— ABOUT THIS TASK —
Where the material below has a line containing "#33=LINE('',#32,#19);", start repeating exactly, and keep going through the line containing "#73=ORIENTED_EDGE('',*,*,#72,.T.);", with no other lines.

--------------------------------------------------

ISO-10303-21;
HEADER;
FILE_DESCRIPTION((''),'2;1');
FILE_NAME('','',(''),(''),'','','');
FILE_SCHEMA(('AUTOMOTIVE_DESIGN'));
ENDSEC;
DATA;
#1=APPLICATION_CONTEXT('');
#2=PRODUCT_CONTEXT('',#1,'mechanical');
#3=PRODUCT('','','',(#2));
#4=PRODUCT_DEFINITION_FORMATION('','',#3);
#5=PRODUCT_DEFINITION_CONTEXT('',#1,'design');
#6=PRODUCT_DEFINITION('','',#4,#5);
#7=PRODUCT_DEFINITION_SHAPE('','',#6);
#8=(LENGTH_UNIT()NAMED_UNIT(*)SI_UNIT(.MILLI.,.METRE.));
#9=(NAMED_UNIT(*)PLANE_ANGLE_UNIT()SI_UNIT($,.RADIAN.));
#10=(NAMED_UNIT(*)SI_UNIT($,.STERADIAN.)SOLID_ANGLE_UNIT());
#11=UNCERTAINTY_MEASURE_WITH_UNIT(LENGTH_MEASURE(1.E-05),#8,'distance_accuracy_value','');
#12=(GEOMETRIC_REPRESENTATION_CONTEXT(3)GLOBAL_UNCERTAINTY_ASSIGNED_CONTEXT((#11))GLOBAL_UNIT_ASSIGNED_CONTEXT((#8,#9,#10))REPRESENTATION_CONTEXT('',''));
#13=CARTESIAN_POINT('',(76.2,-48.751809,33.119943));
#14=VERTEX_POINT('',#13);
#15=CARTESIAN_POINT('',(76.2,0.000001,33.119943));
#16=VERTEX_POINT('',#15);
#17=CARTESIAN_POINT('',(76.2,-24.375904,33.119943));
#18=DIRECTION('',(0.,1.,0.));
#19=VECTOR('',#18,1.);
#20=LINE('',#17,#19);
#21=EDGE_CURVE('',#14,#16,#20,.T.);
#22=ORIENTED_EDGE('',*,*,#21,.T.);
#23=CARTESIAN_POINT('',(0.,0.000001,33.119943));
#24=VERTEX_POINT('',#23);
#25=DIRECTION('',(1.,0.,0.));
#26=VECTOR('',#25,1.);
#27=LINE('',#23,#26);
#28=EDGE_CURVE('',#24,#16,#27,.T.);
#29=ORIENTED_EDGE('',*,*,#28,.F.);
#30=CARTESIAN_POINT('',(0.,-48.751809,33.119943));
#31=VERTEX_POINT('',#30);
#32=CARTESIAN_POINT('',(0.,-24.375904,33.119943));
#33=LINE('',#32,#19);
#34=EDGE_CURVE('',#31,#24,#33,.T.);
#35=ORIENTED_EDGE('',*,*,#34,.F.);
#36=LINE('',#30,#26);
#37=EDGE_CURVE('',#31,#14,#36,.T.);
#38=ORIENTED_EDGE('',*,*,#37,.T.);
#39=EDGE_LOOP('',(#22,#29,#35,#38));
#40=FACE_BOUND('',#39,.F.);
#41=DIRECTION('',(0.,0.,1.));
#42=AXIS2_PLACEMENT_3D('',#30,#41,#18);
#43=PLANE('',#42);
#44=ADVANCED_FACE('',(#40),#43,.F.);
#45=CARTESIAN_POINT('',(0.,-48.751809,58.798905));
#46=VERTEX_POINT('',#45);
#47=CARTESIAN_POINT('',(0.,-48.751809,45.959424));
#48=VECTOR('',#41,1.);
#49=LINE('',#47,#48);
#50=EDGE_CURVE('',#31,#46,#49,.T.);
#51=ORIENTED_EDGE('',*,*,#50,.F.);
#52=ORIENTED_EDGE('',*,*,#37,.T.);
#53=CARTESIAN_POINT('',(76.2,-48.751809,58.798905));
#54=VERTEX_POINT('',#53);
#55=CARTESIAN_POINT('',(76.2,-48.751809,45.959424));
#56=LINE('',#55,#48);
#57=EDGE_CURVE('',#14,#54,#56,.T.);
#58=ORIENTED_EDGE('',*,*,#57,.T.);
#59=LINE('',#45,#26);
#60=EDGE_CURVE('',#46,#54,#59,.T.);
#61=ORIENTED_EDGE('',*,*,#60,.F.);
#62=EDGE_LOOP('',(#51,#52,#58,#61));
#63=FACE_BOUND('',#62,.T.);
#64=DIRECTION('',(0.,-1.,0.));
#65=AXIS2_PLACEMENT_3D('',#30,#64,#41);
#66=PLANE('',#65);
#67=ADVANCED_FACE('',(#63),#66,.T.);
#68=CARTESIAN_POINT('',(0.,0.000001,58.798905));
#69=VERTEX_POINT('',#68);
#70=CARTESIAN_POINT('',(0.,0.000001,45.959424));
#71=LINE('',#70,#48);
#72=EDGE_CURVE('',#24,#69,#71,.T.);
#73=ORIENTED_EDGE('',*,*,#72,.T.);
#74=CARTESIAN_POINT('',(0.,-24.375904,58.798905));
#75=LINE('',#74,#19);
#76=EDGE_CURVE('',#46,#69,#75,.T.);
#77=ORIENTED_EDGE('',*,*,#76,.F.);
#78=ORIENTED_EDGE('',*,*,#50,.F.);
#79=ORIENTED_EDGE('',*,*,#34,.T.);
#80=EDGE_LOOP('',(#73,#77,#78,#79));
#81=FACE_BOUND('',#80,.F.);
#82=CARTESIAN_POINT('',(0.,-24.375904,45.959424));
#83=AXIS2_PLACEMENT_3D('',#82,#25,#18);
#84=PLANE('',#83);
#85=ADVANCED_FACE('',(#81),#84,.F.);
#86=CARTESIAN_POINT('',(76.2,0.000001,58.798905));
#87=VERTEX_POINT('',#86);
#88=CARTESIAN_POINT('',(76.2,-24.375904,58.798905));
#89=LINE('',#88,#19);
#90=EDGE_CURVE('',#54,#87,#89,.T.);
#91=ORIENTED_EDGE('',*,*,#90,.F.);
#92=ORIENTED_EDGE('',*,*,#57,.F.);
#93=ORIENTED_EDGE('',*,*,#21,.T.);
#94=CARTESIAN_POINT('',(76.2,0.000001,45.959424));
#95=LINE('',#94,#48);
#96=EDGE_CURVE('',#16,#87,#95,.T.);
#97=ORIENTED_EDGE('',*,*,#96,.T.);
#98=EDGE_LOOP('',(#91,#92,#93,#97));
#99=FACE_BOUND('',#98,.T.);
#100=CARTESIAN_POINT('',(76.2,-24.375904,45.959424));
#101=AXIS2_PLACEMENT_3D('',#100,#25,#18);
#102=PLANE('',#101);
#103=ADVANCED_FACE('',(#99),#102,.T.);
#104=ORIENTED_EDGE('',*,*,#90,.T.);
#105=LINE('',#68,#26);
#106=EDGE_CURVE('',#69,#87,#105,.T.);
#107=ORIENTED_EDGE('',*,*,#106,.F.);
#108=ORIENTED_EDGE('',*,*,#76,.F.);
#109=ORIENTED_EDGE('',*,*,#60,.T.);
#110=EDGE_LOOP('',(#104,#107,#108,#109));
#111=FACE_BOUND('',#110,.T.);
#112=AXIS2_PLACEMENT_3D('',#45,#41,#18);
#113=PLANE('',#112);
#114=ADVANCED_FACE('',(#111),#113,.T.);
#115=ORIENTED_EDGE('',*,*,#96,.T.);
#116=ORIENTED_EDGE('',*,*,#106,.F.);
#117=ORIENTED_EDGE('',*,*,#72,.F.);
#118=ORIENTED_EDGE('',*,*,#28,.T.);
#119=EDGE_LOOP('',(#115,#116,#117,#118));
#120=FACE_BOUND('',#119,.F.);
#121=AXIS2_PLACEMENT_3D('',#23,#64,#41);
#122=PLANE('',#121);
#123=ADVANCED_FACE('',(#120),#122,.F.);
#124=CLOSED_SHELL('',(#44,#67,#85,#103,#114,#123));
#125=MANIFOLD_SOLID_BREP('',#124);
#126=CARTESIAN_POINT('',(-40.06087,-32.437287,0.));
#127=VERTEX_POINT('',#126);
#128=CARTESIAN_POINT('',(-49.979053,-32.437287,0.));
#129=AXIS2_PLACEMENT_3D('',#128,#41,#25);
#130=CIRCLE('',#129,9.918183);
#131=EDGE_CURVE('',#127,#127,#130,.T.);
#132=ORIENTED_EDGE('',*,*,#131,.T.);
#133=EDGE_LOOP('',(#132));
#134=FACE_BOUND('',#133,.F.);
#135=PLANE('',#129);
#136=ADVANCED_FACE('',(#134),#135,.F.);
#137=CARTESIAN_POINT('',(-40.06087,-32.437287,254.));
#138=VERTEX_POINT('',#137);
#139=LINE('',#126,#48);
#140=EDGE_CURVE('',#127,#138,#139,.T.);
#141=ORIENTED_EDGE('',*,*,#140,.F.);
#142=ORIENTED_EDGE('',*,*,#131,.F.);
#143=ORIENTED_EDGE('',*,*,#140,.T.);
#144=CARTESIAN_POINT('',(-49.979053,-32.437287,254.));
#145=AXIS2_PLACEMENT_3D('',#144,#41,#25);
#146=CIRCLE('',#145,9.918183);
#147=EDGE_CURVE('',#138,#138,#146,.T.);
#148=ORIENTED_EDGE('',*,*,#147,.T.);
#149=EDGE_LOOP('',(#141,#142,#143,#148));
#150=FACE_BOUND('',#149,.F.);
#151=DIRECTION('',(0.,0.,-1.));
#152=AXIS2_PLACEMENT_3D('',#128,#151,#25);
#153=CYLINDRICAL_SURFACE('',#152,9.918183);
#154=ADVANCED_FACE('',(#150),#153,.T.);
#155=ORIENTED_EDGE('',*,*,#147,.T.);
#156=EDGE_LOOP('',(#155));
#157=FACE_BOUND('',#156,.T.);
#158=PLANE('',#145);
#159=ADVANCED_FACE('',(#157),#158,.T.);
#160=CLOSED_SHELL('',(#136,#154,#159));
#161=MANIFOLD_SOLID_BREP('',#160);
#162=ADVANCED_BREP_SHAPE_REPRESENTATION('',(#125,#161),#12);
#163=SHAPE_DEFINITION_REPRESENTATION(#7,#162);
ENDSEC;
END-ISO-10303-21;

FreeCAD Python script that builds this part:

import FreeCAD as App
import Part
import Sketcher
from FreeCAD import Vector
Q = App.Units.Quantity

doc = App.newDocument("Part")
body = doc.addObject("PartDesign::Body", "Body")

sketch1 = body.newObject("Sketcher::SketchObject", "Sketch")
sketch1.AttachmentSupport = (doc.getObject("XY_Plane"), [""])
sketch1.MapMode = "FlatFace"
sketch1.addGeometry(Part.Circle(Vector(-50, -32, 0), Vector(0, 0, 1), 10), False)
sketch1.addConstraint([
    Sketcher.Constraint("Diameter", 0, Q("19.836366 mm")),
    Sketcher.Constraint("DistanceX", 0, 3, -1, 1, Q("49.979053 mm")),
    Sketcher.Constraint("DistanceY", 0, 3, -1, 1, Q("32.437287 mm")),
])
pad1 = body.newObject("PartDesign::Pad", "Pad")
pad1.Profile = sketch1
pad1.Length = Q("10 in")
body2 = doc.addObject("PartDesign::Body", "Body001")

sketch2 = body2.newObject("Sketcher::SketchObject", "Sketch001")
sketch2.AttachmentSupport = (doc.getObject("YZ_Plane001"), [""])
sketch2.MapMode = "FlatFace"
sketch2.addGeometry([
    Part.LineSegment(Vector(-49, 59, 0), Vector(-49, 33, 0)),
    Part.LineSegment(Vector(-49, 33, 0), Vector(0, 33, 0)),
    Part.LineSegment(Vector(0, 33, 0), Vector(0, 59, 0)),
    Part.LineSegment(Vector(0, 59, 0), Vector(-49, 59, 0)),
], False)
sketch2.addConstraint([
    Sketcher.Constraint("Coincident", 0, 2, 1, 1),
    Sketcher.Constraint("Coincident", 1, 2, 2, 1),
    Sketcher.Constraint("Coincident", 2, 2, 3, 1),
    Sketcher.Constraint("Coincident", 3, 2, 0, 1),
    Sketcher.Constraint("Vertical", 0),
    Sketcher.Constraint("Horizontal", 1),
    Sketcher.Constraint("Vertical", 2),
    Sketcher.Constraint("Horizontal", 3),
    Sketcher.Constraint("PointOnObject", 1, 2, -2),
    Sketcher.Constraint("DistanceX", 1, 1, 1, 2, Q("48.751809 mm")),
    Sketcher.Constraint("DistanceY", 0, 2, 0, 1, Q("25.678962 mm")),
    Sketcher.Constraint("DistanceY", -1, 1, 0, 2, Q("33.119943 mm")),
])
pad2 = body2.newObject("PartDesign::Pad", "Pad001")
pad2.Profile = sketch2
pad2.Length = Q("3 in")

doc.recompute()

--------------------------------------------------

— EXERCISE OUTPUT —
#33=LINE('',#32,#19);
#34=EDGE_CURVE('',#31,#24,#33,.T.);
#35=ORIENTED_EDGE('',*,*,#34,.F.);
#36=LINE('',#30,#26);
#37=EDGE_CURVE('',#31,#14,#36,.T.);
#38=ORIENTED_EDGE('',*,*,#37,.T.);
#39=EDGE_LOOP('',(#22,#29,#35,#38));
#40=FACE_BOUND('',#39,.F.);
#41=DIRECTION('',(0.,0.,1.));
#42=AXIS2_PLACEMENT_3D('',#30,#41,#18);
#43=PLANE('',#42);
#44=ADVANCED_FACE('',(#40),#43,.F.);
#45=CARTESIAN_POINT('',(0.,-48.751809,58.798905));
#46=VERTEX_POINT('',#45);
#47=CARTESIAN_POINT('',(0.,-48.751809,45.959424));
#48=VECTOR('',#41,1.);
#49=LINE('',#47,#48);
#50=EDGE_CURVE('',#31,#46,#49,.T.);
#51=ORIENTED_EDGE('',*,*,#50,.F.);
#52=ORIENTED_EDGE('',*,*,#37,.T.);
#53=CARTESIAN_POINT('',(76.2,-48.751809,58.798905));
#54=VERTEX_POINT('',#53);
#55=CARTESIAN_POINT('',(76.2,-48.751809,45.959424));
#56=LINE('',#55,#48);
#57=EDGE_CURVE('',#14,#54,#56,.T.);
#58=ORIENTED_EDGE('',*,*,#57,.T.);
#59=LINE('',#45,#26);
#60=EDGE_CURVE('',#46,#54,#59,.T.);
#61=ORIENTED_EDGE('',*,*,#60,.F.);
#62=EDGE_LOOP('',(#51,#52,#58,#61));
#63=FACE_BOUND('',#62,.T.);
#64=DIRECTION('',(0.,-1.,0.));
#65=AXIS2_PLACEMENT_3D('',#30,#64,#41);
#66=PLANE('',#65);
#67=ADVANCED_FACE('',(#63),#66,.T.);
#68=CARTESIAN_POINT('',(0.,0.000001,58.798905));
#69=VERTEX_POINT('',#68);
#70=CARTESIAN_POINT('',(0.,0.000001,45.959424));
#71=LINE('',#70,#48);
#72=EDGE_CURVE('',#24,#69,#71,.T.);
#73=ORIENTED_EDGE('',*,*,#72,.T.);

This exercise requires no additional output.